Filosofía o psiquiatría
«Y vuelves a atrapar mi tristeza para esconderla en tu bolsillo, para alejarla de mí... De nuevo has sembrado el jardín de mis pesadillas con nuevos sueños, con otras esperanzas...». (Francesca Johnson)
Hace tiempo que yo quería escribir esto y pienso que ahora puedo y debo hacerlo. Por honestidad. Tal vez podría haberlo expuesto con 25 años, pero he tenido que dejar transcurrir otros veinticinco para vivir y comprender lo que sólo era una juvenil intuición. ¿Por qué los psiquiatras biologicistas al uso no saben psicología?, ¿por qué sus competidores, los psicólogos, no saben psiquiatría?
Ciertamente, la psiquiatría médica atesora hoy y desde las últimas décadas un montón de interesantísimos conocimientos sobre biología cerebral y sobre farmacología, y es indiscutible que la psicología clínica y las psicoterapias constituyen una auténtica jungla en la que no es fácil orientarse, como reconoce la doctora Yolanda Alonso en su libro sobre el tema. Pero conocer y saber no son la misma cosa, ni en el orden epistemológico ni menos aún en el ético y moral. Fueron necesarios muchos conocimientos decantados a lo largo de toda la tradición de la cultura occidental para llegar al «proyecto Manhattan». La bomba atómica alteró el curso de la historia, pero no transformó para mejor la esencia del alma humana. Hay que ser muy inteligentes, en el plano teórico, para convertir sendos aviones en proyectiles a lanzar contra las torres emblemáticas del capitalismo financiero que subyuga el mundo, pero nuestro planeta humano no es por eso hoy más habitable, feliz, piadoso y compasivo que lo era antaño. A veces pienso que la cultura no es más que un complejo meandro que la naturaleza da para perpetuarse a sí misma, y más en tiempos de crisis. Esta tesis no es novedosa y ya la rastrearon Schopenhauer y Freud.

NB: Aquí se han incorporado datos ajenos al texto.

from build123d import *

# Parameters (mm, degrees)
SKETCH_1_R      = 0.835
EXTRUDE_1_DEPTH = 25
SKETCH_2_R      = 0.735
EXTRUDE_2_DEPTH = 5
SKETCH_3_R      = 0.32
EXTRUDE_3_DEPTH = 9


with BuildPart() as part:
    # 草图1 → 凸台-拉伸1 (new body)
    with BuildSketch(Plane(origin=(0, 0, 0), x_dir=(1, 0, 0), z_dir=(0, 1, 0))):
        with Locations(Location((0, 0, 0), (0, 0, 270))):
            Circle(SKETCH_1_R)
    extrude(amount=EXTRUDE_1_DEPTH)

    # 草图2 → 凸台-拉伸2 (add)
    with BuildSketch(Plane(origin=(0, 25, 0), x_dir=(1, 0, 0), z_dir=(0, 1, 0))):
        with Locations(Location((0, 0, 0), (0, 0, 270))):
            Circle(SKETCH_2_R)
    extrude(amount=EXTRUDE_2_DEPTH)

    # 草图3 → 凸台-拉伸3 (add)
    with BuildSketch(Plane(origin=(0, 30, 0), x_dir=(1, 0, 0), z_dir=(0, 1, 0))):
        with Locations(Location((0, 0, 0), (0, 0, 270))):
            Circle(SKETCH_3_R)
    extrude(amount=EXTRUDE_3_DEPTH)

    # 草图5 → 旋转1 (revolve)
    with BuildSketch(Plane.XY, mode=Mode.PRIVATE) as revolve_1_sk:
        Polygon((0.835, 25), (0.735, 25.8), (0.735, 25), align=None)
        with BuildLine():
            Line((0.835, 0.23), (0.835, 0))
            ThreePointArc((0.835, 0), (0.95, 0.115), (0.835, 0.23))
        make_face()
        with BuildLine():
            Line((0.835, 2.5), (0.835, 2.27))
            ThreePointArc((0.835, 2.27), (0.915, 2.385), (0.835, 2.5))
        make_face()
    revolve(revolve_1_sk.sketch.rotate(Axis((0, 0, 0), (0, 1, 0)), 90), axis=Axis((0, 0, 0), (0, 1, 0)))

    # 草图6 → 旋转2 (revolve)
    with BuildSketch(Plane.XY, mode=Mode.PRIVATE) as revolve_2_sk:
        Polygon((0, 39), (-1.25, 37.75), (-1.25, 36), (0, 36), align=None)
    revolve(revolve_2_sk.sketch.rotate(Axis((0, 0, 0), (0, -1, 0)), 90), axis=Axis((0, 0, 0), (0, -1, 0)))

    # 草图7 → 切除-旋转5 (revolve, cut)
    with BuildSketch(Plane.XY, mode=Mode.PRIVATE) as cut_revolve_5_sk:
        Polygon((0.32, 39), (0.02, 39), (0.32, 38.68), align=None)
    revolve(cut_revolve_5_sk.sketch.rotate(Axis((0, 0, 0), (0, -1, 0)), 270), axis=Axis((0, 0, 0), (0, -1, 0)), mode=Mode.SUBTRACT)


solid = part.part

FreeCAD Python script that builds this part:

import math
import FreeCAD as App
import Part
import Sketcher

V = App.Vector
Q = App.Units.Quantity

doc = App.newDocument("Part")
body = doc.addObject("PartDesign::Body", "Body")

sketch1 = body.newObject("Sketcher::SketchObject", "Sketch")
sketch1.AttachmentSupport = (doc.getObject("XZ_Plane"), [""])
sketch1.MapMode = "FlatFace"
sketch1.addGeometry(Part.Circle(V(0, 0, 0), V(0, 0, 1), 0.8), False)
sketch1.addConstraint([
    Sketcher.Constraint("Coincident", 0, 3, -1, 1),
    Sketcher.Constraint("Diameter", 0, 1.67),
])
pad1 = body.newObject("PartDesign::Pad", "Pad")
pad1.Profile = sketch1
pad1.Length = 25
pad1.Reversed = True

sketch2 = body.newObject("Sketcher::SketchObject", "Sketch001")
sketch2.AttachmentSupport = (doc.getObject("XZ_Plane"), [""])
sketch2.MapMode = "FlatFace"
sketch2.AttachmentOffset = App.Placement(V(0, 0, -25), App.Rotation())
sketch2.addGeometry(Part.Circle(V(0, 0, 0), V(0, 0, 1), 0.7), False)
sketch2.addConstraint([
    Sketcher.Constraint("Coincident", 0, 3, -1, 1),
    Sketcher.Constraint("Diameter", 0, 1.47),
])
pad2 = body.newObject("PartDesign::Pad", "Pad001")
pad2.Profile = sketch2
pad2.Length = 5
pad2.Reversed = True

sketch3 = body.newObject("Sketcher::SketchObject", "Sketch002")
sketch3.AttachmentSupport = (doc.getObject("XZ_Plane"), [""])
sketch3.MapMode = "FlatFace"
sketch3.AttachmentOffset = App.Placement(V(0, 0, -30), App.Rotation())
sketch3.addGeometry(Part.Circle(V(0, 0, 0), V(0, 0, 1), 0.32), False)
sketch3.addConstraint([
    Sketcher.Constraint("Coincident", 0, 3, -1, 1),
    Sketcher.Constraint("Diameter", 0, 0.64),
])
pad3 = body.newObject("PartDesign::Pad", "Pad002")
pad3.Profile = sketch3
pad3.Length = 9
pad3.Reversed = True

sketch4 = body.newObject("Sketcher::SketchObject", "Sketch003")
sketch4.AttachmentSupport = (doc.getObject("XY_Plane"), [""])
sketch4.MapMode = "FlatFace"
sketch4.addGeometry([
    Part.LineSegment(V(0.83, 25, 0), V(0.73, 25.8, 0)),
    Part.LineSegment(V(0.73, 25.8, 0), V(0.73, 25, 0)),
    Part.LineSegment(V(0.73, 25, 0), V(0.83, 25, 0)),
    Part.LineSegment(V(0.83, 0.23, 0), V(0.83, 0, 0)),
    Part.ArcOfCircle(Part.Circle(V(0.83, 0.12, 0), V(0, 0, 1), 0.12), math.radians(-90), math.radians(90)),
    Part.LineSegment(V(0.83, 2.5, 0), V(0.83, 2.27, 0)),
    Part.ArcOfCircle(Part.Circle(V(0.79, 2.38, 0), V(0, 0, 1), 0.12), math.radians(-70), math.radians(70)),
], False)
sketch4.addConstraint([
    Sketcher.Constraint("Coincident", 0, 2, 1, 1),
    Sketcher.Constraint("Coincident", 1, 2, 2, 1),
    Sketcher.Constraint("Coincident", 2, 2, 0, 1),
    Sketcher.Constraint("Coincident", 3, 1, 4, 2),
    Sketcher.Constraint("Coincident", 4, 1, 3, 2),
    Sketcher.Constraint("Coincident", 5, 1, 6, 2),
    Sketcher.Constraint("Coincident", 6, 1, 5, 2),
    Sketcher.Constraint("Vertical", 1),
    Sketcher.Constraint("Horizontal", 2),
    Sketcher.Constraint("Vertical", 3),
    Sketcher.Constraint("Vertical", 5),
    Sketcher.Constraint("PointOnObject", 4, 1, -1),
    Sketcher.Constraint("Vertical", 4, 3, 2, 2),
    Sketcher.Constraint("Vertical", 2, 2, 3, 1),
    Sketcher.Constraint("Vertical", 4, 1, 5, 1),
    Sketcher.Constraint("Equal", 3, 5),
    Sketcher.Constraint("DistanceX", 2, 1, 2, 2, 0.1),
    Sketcher.Constraint("DistanceY", 1, 2, 1, 1, 0.8),
    Sketcher.Constraint("DistanceY", -1, 1, 1, 2, 25.0),
    Sketcher.Constraint("Radius", 4, 0.115),
    Sketcher.Constraint("DistanceY", -1, 1, 5, 1, 2.5),
    Sketcher.Constraint("DistanceX", -1, 1, 4, 3, 0.835),
    Sketcher.Constraint("Radius", 6, 0.122656),
])
revolution = body.newObject("PartDesign::Revolution", "Revolution")
revolution.Profile = sketch4
revolution.ReferenceAxis = (sketch4, ["V_Axis"])
revolution.Angle = 360

sketch5 = body.newObject("Sketcher::SketchObject", "Sketch004")
sketch5.AttachmentSupport = (doc.getObject("XY_Plane"), [""])
sketch5.MapMode = "FlatFace"
sketch5.addGeometry([
    Part.LineSegment(V(0, 39, 0), V(-1.2, 37.8, 0)),
    Part.LineSegment(V(-1.2, 37.8, 0), V(-1.2, 36, 0)),
    Part.LineSegment(V(-1.2, 36, 0), V(0, 36, 0)),
    Part.LineSegment(V(0, 36, 0), V(0, 39, 0)),
], False)
sketch5.addConstraint([
    Sketcher.Constraint("Coincident", 0, 2, 1, 1),
    Sketcher.Constraint("Coincident", 1, 2, 2, 1),
    Sketcher.Constraint("Coincident", 2, 2, 3, 1),
    Sketcher.Constraint("Coincident", 3, 2, 0, 1),
    Sketcher.Constraint("Vertical", 1),
    Sketcher.Constraint("Horizontal", 2),
    Sketcher.Constraint("Vertical", 3),
    Sketcher.Constraint("PointOnObject", 2, 2, -2),
    Sketcher.Constraint("DistanceY", 3, 1, 3, 2, 3.0),
    Sketcher.Constraint("Angle", 0, Q("-135 deg")),
    Sketcher.Constraint("DistanceY", -1, 1, 1, 2, 36.0),
    Sketcher.Constraint("DistanceX", 2, 1, 2, 2, 1.25),
])
revolution2 = body.newObject("PartDesign::Revolution", "Revolution001")
revolution2.Profile = sketch5
revolution2.ReferenceAxis = (sketch5, ["V_Axis"])
revolution2.Angle = 360

sketch6 = body.newObject("Sketcher::SketchObject", "Sketch005")
sketch6.AttachmentSupport = (doc.getObject("XY_Plane"), [""])
sketch6.MapMode = "FlatFace"
sketch6.addGeometry([
    Part.LineSegment(V(0.32, 39, 0), V(0.02, 39, 0)),
    Part.LineSegment(V(0.02, 39, 0), V(0.32, 38.68, 0)),
    Part.LineSegment(V(0.32, 38.68, 0), V(0.32, 39, 0)),
], False)
sketch6.addConstraint([
    Sketcher.Constraint("Coincident", 0, 2, 1, 1),
    Sketcher.Constraint("Coincident", 1, 2, 2, 1),
    Sketcher.Constraint("Coincident", 2, 2, 0, 1),
    Sketcher.Constraint("Horizontal", 0),
    Sketcher.Constraint("Vertical", 2),
    Sketcher.Constraint("DistanceX", 0, 2, 0, 1, 0.3),
    Sketcher.Constraint("DistanceY", -1, 1, 0, 2, 39.0),
    Sketcher.Constraint("DistanceY", 2, 1, 2, 2, 0.32),
    Sketcher.Constraint("DistanceX", -1, 1, 0, 2, 0.02),
])
groove = body.newObject("PartDesign::Groove", "Groove")
groove.Profile = sketch6
groove.ReferenceAxis = (sketch6, ["V_Axis"])
groove.Angle = 360

doc.recompute()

Así pues, en un mundo tan mediatizado por saberes de saldo e ideologías variopintas y confusas, ¿qué papel real juegan la psiquiatría y la psicología clínica?, ¿cuáles son las ideologías pretendidamente científicas que subyacen a estas tecnologías? La filosofía, que es saber menesteroso, está obligada a hacerse estas preguntas. Pero no hay respuestas fáciles ni sencillas. Las últimas obras ensayísticas del psicólogo Marino Pérez transitan por estas procelosas aguas, levantando un halo de polémica difícilmente soslayable por la corrección política del reparto de conocimientos e influencias de las cátedras universitarias. No es éste tema baladí cuando pensamos en el poder económico de las multinacionales farmacéuticas y en los «lobbies» investigadores estadounidenses que deciden, y a veces por «consenso», a qué llamamos enfermedad mental y a qué no y dónde está la frontera entre lo que es normal y lo que no lo es, y no sólo en materia de salud.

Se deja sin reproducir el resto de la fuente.